Another area of tension is in the rhyme scheme. The rhymes exist, and are deliberately brought to the readers attention by the line breaks. However, as mentioned, the line breaks are strictly organized by Moore's syllabic requirements and do not occur in natural pauses. Furthermore, there is considerable alliteration within the lines, which blurs the importance of the rhyme pattern. When read naturalistically, the rhymes are absorbed into the general music of the lines instead of punctuating thoughts or ideas. Parallel structures and sounds are more apparent and more powerful than the ABB CDD formula. The sound of the broken line ''the fruit// within the fruit - locked in'' (ll. 7-8) is much more connective than the forced rhyme which leaps ahead to the next stanza: ''-locked in// like counter-curved twin//// hazel-nuts?'' (ll. 8-10). The former is composed of paralleled phrases which match in all but with and locked. The latter sits uncomfortably with locked in more strongly attached by sound to within than to twin. Twin does not match in on many levels. It is a single stressed syllable which is obscured by the strong redundant sounds and rhythms of counter-curved. It also trails off. It is not a noun but an incomplete noun phrase, the adjective for a word which appears in the next stanza. Moore is playing with the reader's assumptions about form. Coming as it does at the end of a stanza, twin is easily mistaken for its noun form. Grammatically, it could work if not for hazel-nuts in the next line. The reader is repeatedly brought up short by this deliberate dissonance between the line and stanza breaks and the sentence structure.

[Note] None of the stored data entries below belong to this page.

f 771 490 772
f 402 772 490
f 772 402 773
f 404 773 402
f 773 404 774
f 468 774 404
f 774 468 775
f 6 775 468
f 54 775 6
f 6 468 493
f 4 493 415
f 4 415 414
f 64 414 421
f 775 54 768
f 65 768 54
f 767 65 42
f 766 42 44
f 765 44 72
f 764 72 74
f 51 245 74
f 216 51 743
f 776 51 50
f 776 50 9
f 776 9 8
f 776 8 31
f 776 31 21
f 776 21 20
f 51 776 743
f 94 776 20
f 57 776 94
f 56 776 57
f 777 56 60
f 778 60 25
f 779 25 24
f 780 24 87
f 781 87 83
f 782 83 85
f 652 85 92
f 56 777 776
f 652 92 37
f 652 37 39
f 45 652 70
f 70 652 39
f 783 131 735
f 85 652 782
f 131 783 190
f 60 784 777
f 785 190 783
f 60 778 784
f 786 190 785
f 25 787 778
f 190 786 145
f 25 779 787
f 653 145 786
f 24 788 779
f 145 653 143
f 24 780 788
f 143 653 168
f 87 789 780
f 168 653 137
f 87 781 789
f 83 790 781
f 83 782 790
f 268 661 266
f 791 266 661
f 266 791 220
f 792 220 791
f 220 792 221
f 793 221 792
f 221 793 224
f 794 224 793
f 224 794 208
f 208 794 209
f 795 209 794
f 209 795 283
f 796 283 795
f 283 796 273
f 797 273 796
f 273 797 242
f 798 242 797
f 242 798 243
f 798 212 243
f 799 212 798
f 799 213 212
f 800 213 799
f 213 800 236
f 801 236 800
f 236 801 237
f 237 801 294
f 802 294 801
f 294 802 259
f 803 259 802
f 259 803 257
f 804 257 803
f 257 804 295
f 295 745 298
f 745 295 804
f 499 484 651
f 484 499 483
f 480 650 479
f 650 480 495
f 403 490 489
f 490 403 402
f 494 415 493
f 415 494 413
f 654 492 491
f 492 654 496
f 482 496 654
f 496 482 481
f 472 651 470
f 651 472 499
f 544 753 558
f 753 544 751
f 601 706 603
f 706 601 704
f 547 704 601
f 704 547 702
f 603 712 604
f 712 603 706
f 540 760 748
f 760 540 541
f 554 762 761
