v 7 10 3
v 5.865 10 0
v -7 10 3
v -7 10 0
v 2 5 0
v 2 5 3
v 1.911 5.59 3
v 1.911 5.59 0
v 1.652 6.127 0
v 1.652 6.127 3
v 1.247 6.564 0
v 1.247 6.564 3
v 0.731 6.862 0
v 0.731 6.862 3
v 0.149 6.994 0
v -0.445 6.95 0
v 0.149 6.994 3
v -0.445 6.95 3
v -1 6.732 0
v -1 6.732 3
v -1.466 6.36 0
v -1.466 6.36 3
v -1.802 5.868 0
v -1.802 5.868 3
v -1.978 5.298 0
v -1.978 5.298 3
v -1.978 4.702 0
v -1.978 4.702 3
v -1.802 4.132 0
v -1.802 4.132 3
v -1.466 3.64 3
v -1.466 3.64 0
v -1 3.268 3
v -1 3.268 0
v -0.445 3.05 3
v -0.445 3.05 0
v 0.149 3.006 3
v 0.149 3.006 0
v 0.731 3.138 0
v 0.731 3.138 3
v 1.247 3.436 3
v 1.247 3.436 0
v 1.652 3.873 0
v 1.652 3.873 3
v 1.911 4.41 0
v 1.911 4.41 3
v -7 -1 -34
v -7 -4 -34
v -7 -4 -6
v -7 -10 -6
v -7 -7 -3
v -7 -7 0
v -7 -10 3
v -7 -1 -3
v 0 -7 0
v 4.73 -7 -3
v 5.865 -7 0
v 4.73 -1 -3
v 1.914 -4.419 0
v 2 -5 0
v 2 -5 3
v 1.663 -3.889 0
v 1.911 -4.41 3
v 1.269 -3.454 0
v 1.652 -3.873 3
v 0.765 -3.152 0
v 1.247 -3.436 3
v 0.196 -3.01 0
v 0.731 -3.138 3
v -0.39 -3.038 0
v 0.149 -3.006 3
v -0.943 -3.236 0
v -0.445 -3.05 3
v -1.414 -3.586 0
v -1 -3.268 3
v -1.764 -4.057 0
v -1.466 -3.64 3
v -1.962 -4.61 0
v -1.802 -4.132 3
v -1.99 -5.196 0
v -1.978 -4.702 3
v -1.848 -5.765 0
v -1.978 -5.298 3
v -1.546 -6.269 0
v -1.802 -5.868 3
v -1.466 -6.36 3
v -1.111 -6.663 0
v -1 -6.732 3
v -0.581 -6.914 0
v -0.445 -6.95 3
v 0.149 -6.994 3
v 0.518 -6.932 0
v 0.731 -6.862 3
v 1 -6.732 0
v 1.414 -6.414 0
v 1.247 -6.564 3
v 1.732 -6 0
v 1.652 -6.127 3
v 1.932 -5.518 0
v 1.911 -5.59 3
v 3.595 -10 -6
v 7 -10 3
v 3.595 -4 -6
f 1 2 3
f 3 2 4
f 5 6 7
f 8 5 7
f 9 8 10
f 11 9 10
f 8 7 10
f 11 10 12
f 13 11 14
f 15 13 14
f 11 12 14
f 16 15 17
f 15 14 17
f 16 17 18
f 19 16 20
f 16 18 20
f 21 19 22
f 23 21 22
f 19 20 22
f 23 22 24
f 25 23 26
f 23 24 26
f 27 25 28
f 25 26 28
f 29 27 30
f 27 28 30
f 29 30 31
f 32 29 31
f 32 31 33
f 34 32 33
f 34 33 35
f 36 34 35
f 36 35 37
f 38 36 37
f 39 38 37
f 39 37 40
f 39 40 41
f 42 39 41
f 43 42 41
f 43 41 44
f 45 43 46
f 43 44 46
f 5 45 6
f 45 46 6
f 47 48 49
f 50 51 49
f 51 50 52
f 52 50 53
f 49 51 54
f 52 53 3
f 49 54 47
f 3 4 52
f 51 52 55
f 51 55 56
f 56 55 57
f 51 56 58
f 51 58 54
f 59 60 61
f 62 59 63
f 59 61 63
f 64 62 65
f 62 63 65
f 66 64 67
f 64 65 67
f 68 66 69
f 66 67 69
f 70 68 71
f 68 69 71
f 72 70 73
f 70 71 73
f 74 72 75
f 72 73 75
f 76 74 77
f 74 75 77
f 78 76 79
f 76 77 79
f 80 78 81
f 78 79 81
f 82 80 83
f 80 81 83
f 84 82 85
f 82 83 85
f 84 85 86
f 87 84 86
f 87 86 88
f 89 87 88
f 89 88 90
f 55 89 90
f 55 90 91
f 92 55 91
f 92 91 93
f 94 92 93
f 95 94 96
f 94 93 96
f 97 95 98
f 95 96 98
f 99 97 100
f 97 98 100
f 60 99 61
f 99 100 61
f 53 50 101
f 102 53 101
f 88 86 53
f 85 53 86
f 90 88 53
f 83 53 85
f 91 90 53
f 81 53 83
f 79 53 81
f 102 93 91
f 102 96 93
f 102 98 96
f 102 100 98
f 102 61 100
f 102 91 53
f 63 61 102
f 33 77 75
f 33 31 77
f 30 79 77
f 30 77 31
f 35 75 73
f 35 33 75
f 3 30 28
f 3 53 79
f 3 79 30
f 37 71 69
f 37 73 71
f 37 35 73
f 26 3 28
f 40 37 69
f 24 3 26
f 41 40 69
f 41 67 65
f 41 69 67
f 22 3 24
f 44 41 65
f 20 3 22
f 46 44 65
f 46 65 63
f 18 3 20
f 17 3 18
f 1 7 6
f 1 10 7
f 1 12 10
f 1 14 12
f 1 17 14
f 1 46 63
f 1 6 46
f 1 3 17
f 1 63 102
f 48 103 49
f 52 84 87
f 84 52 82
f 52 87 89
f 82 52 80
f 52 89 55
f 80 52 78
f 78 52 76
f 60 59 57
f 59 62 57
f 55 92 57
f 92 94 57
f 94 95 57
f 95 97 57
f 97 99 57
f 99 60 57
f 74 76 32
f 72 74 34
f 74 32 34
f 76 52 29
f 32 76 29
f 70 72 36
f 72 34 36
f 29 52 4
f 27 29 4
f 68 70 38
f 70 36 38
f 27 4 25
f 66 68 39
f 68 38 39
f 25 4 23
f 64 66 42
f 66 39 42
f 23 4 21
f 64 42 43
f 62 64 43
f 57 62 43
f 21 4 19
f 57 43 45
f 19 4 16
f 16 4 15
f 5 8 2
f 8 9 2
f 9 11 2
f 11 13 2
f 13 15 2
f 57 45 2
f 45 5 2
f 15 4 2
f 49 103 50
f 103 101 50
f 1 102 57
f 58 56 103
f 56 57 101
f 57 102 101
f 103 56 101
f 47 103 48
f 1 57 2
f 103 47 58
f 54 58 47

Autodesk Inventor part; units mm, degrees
ref_plane "YZ Plane" through (0, 0, 0) normal (1, 0, 0) x (0, 1, 0)
ref_plane "XZ Plane" through (0, 0, 0) normal (0, 1, 0) x (-1, 0, 0)
ref_plane "XY Plane" through (0, 0, 0) normal (0, 0, 1) x (1, 0, 0)
sketch "Эскиз1" plane through (0, 0, 0) normal (0, 0, 1) x (1, 0, 0)
  line L0 (-7, -10) -> (7, -10)
  line L1 (7, -10) -> (7, 10)
  line L2 (7, 10) -> (-7, 10)
  line L3 (-7, 10) -> (-7, -10)
  line L4 (-7, -10) -> (7, 10) construction
  line L5 (7, -10) -> (-7, 10) construction
  point P0 (0, 0)
  dimension "d0" = 14
  dimension "d1" = 20
extrude "Выдавливание1" add sketch "Эскиз1" along normal blind 3
sketch "Эскиз2" plane through (0, 0, 0) normal (0, 0, -1) x (-1, 0, 0)
  line L0 (7, -10) -> (-7, -10) projected
  line L1 (7, 10) -> (7, -10) projected
  line L2 (-7, 10) -> (7, 10) projected
  line L3 (-7, -10) -> (-7, 10) projected
  line L4 (7, -10) -> (7, -7)
  line L5 (7, 10) -> (7, -10) construction
  line L6 (7, -10) -> (-7, -10) projected
  line L7 (7, -7) -> (-7, -7)
  line L8 (-7, -7) -> (-7, -10)
  line L9 (-7, -10) -> (7, -10)
  line L10 (7, -10) -> (7, -7)
  point P0 (0, 0)
  dimension "d4" = 3
extrude "Выдавливание2" add sketch "Эскиз2" along normal blind 6 contours L0 L3 L7 L1
sketch "Эскиз3" plane through (-7, -7, 0) normal (0, 1, 0) x (1, 0, 0)
  line L0 (14, 6) -> (0, 6) projected
  line L1 (14, 0) -> (0, 0) projected
  line L2 (14, 0) -> (14, 6) projected
  line L3 (0, 6) -> (14, 6) projected
  line L4 (0, 0) -> (0, 6) projected
  line L5 (14, 6) -> (14, 3) construction
  line L6 (14, 0) -> (14, 6) construction
  line L7 (14, 3) -> (0, 3)
  line L8 (0, 3) -> (0, 6)
  line L9 (0, 6) -> (14, 6)
  line L10 (14, 6) -> (14, 3)
  point P0 (7, 0)
  dimension "d7" = 3
extrude "Выдавливание3" add sketch "Эскиз3" along normal blind 6 contours L2 L7 L4 L0
sketch "Эскиз4" plane through (0, 0, -6) normal (0, 0, -1) x (-1, 0, 0)
  line L0 (-7, -10) -> (7, -10) projected
  line L1 (7, -10) -> (7, -1) projected
  line L2 (-7, -1) -> (7, -1) projected
  line L3 (-7, -10) -> (-7, -1) projected
  line L4 (-7, -1) -> (7, -1) construction
  line L5 (-7, -1) -> (-7, -4) construction
  line L6 (-7, -4) -> (7, -4)
  line L7 (7, -4) -> (7, -1)
  line L8 (7, -1) -> (-7, -1)
  line L9 (-7, -1) -> (-7, -4)
  point P0 (0, 0)
  dimension "d10" = 3
extrude "Выдавливание4" add sketch "Эскиз4" along normal blind 28 contours L3 L2 L1 L6
sketch "Эскиз6" plane through (0, 0, 3) normal (0, 0, 1) x (1, 0, 0)
  line L0 (-7, -10) -> (7, -10) projected
  line L1 (7, -10) -> (7, 10) projected
  line L2 (7, 10) -> (-7, 10) projected
  line L3 (-7, 0) -> (7, 0) construction
  line L4 (7, -7) -> (7, 10) construction
  line L5 (7, 10) -> (-7, 10) construction
  line L6 (0, 10) -> (0, -10) construction
  line L7 (0, 0) -> (0, 10) construction
  line L8 (0, 5) -> (-7, 5) construction
  line L9 (-7, 10) -> (-7, -10) construction
  line L10 (0, 5) -> (7, 5) construction
  line L11 (0, -10) -> (0, 0) construction
  line L12 (0, -5) -> (7, -5) construction
  circle A0 centre (0, 5) radius 2
  circle A1 centre (0, -5) radius 2
  line L13 (-7, 10) -> (-7, -10) projected
  point P0 (-5.8649, 10)
  dimension "d15" = 4
  dimension "d16" = 4
extrude "Выдавливание6" cut sketch "Эскиз6" against normal up to surface (6 mm away) contours A0 | A1
sketch "Эскиз7" plane through (-7, -10, 3) normal (0, -1, 0) x (1, 0, 0)
  line L0 (14, -9) -> (14, 0) projected
  line L1 (0, 0) -> (14, 0) projected
  line L2 (0, 0) -> (0, -9) projected
  line L3 (14, -9) -> (0, -9) projected
  line L4 (0, -9) -> (14, -9) projected
  line L5 (0, -9) -> (0, -37) projected
  line L6 (14, -37) -> (0, -37) projected
  line L7 (14, -9) -> (14, -37) projected
  line L8 (0, 0) -> (14, 0) projected
  line L9 (0, -6) -> (0, -37) projected
  line L10 (14, 0) -> (0, -37)
  line L11 (0, -37) -> (14, -37)
  line L12 (14, -9) -> (14, 0) projected
  line L13 (14, 0) -> (14, -37)
  point P0 (7, -3)
extrude "Выдавливание7" cut sketch "Эскиз7" against normal blind 28 contours L3 L10 L0 | L7 L6 L10 L3
properties part number "Side control"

Perhaps most subtle of the poem's structural transgressions is that the regular eighteen syllable stanza/six syllable line form must be finessed at times. This occurs as early as the first line. How many syllables does ''You've seen a strawberry'' (ll. 1) have? Depending upon one's accent, this line could have five or six, with strawberry pronounced either ''straw-be-ry'' or ''straw-bry.'' This occurs early enough that the regularity of the form does not enforce a certain 'proper' pronunciation. If this were the only instance, it could be disregarded. However, counter-curved in line nine requires deliberate alteration to fit. The -ed of curved must be stressed in order for the line to make up six syllables. Again, this could be disregarded as incidental. If Moore were a more conventional writer, it could be considered an archaism in a rigid adherence to form. However, she violates her own line length two more times, and both in suggestive places.

The next instance is with line thirteen. In order for the line to work properly, kok-saghyz must be mispronounced to have only two syllables. Moore has done this with the only non-English word and the only italicized word in the poem. Saghyz ends in a confusing tangle of consonants. If one is unfamiliar with the word as it is spoken, it is easy to assume that the word is pronounced ''sagz'' and conforms to the demands of the poem's line structure. It exists as part of a larger hyphenated term, ''kok-saghyz-stalks'' which is difficult to say and encourages the running together and slurring of sounds.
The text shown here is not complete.